● Required action
Below are some records. Return exactly the lines from the one containing "v20 (-17.349741,-15.5,3)" through the one containing "face PLANE(AX(P(-21,21,3),D(0,-1,0),D(0,0,-1))) rev", both included, and only those.

※

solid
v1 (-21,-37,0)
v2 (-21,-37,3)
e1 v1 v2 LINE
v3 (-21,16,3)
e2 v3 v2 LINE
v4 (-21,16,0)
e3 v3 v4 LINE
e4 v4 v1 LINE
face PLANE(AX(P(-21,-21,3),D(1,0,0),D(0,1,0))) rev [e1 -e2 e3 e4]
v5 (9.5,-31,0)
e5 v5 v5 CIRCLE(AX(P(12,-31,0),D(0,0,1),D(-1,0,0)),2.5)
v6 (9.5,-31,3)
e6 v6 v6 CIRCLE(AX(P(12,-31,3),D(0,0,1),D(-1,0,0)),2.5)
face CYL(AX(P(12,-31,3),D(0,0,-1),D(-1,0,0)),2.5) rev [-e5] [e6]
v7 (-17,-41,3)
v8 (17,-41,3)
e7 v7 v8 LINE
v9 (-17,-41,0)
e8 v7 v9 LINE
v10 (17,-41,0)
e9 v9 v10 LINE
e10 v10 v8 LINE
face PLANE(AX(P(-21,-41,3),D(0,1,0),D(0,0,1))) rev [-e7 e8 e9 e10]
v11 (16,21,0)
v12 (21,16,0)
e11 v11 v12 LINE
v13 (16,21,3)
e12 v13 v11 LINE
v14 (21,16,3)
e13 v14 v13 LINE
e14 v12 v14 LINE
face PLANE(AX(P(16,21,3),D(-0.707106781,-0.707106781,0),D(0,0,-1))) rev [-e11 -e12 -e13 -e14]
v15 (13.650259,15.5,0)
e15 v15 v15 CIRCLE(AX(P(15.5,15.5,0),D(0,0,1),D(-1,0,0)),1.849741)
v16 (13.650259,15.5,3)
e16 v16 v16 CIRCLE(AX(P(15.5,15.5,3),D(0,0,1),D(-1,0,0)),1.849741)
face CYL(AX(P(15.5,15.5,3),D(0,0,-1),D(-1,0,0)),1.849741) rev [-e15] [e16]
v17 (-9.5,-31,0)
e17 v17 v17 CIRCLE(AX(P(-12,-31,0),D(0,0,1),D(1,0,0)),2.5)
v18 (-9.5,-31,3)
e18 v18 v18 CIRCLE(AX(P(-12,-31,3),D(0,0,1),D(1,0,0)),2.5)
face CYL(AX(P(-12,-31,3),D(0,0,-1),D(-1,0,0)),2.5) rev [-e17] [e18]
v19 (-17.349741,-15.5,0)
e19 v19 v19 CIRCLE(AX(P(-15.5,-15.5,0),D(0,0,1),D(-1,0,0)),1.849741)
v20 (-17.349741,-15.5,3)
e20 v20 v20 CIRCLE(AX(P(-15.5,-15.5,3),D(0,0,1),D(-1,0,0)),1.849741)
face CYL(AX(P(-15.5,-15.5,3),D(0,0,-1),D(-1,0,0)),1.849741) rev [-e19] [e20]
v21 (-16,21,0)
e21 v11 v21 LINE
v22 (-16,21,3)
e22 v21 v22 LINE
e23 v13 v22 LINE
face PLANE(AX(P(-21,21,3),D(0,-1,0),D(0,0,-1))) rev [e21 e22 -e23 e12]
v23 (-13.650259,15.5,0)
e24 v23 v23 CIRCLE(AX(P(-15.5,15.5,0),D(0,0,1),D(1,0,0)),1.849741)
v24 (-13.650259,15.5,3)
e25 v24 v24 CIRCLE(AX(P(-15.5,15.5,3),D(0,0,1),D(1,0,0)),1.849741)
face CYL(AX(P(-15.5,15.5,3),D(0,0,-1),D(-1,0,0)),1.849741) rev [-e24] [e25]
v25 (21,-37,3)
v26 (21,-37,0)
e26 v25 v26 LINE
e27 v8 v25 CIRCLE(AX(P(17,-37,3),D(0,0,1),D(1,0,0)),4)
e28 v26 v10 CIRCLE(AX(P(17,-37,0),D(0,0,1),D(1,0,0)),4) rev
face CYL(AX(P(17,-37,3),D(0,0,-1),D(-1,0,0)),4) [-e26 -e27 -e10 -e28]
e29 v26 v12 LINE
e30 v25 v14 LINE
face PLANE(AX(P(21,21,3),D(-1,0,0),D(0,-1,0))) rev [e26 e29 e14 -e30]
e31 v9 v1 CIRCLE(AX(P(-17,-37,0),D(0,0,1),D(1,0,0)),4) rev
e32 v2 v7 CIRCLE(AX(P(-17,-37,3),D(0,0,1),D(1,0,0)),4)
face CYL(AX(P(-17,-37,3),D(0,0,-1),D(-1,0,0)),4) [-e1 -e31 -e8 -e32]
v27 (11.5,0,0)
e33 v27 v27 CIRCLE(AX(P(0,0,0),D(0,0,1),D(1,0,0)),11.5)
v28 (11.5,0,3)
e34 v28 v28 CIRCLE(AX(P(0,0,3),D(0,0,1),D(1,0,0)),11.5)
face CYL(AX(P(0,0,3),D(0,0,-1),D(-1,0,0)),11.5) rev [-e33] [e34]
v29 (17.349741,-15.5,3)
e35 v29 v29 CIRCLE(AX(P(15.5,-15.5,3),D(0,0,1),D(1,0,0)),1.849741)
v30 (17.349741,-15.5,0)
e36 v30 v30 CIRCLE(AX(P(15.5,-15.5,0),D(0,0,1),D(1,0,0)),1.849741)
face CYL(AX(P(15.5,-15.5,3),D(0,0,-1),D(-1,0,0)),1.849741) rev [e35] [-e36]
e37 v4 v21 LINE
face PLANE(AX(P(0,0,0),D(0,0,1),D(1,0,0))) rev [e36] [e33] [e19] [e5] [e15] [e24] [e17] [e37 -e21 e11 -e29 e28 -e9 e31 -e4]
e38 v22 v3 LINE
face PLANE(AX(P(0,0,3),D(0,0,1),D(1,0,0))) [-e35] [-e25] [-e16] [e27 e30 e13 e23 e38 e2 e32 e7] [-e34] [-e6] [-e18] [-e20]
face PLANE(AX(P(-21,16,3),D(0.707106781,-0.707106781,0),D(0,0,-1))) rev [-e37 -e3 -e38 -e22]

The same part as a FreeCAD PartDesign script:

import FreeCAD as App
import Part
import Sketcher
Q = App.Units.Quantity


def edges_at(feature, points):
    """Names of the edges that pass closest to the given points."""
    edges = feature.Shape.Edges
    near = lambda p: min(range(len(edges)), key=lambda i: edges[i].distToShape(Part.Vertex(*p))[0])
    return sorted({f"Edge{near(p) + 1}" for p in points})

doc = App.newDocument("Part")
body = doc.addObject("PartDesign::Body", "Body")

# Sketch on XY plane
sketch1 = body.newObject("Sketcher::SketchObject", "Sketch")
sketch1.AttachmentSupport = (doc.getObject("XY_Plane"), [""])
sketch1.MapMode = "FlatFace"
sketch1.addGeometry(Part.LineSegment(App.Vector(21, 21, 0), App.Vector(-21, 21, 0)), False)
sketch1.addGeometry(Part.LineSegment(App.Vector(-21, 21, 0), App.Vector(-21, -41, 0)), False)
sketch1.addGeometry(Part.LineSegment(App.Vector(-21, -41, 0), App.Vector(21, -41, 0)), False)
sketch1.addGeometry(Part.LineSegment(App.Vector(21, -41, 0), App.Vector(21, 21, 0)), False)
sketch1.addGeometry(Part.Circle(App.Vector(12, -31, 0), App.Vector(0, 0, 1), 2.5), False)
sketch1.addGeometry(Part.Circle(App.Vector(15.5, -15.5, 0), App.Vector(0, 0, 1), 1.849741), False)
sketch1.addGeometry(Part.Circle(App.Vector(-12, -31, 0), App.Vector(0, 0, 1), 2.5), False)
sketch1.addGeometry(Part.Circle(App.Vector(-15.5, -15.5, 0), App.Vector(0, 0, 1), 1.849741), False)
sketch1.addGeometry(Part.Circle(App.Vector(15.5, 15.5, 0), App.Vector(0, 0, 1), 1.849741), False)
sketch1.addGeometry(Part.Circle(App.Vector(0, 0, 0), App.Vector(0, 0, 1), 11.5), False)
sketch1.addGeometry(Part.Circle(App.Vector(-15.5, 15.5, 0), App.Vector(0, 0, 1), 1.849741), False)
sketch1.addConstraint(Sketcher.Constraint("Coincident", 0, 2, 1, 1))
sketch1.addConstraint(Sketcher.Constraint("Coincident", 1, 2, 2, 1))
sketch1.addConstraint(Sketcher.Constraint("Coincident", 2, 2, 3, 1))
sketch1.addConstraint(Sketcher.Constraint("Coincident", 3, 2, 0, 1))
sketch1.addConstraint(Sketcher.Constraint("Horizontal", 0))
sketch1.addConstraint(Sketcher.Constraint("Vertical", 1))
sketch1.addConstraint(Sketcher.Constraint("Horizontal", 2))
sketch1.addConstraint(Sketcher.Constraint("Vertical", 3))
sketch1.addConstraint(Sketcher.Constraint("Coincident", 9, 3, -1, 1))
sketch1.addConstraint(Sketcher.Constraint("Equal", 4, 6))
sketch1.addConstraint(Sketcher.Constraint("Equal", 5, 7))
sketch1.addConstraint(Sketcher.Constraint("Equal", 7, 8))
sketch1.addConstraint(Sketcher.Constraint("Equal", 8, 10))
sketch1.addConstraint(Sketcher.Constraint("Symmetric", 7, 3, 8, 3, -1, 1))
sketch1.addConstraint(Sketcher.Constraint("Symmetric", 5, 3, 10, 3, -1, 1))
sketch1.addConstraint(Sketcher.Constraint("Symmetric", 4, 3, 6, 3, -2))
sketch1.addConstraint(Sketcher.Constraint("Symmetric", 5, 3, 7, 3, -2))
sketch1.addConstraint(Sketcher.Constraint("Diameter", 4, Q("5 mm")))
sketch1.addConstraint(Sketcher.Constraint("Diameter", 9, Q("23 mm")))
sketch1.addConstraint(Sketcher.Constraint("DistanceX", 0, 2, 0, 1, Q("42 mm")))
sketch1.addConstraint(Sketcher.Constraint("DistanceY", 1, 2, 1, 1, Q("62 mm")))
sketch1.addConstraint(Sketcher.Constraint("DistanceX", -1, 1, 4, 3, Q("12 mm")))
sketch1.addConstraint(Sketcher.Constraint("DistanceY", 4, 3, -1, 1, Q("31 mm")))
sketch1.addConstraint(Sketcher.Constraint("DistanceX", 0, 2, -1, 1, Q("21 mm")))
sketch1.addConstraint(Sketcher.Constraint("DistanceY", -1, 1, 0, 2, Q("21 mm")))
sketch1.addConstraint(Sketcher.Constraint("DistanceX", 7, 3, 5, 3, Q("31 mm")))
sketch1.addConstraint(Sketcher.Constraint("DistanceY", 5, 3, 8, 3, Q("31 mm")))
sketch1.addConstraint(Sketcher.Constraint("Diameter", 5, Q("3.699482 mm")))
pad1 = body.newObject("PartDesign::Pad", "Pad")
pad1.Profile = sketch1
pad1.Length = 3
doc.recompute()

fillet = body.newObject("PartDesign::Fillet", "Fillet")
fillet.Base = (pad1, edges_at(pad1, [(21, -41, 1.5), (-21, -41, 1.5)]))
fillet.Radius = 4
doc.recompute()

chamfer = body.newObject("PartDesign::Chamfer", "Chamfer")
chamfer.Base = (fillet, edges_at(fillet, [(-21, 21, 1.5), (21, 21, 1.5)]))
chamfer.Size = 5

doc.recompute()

※

● Exercise response
v20 (-17.349741,-15.5,3)
e20 v20 v20 CIRCLE(AX(P(-15.5,-15.5,3),D(0,0,1),D(-1,0,0)),1.849741)
face CYL(AX(P(-15.5,-15.5,3),D(0,0,-1),D(-1,0,0)),1.849741) rev [-e19] [e20]
v21 (-16,21,0)
e21 v11 v21 LINE
v22 (-16,21,3)
e22 v21 v22 LINE
e23 v13 v22 LINE
face PLANE(AX(P(-21,21,3),D(0,-1,0),D(0,0,-1))) rev [e21 e22 -e23 e12]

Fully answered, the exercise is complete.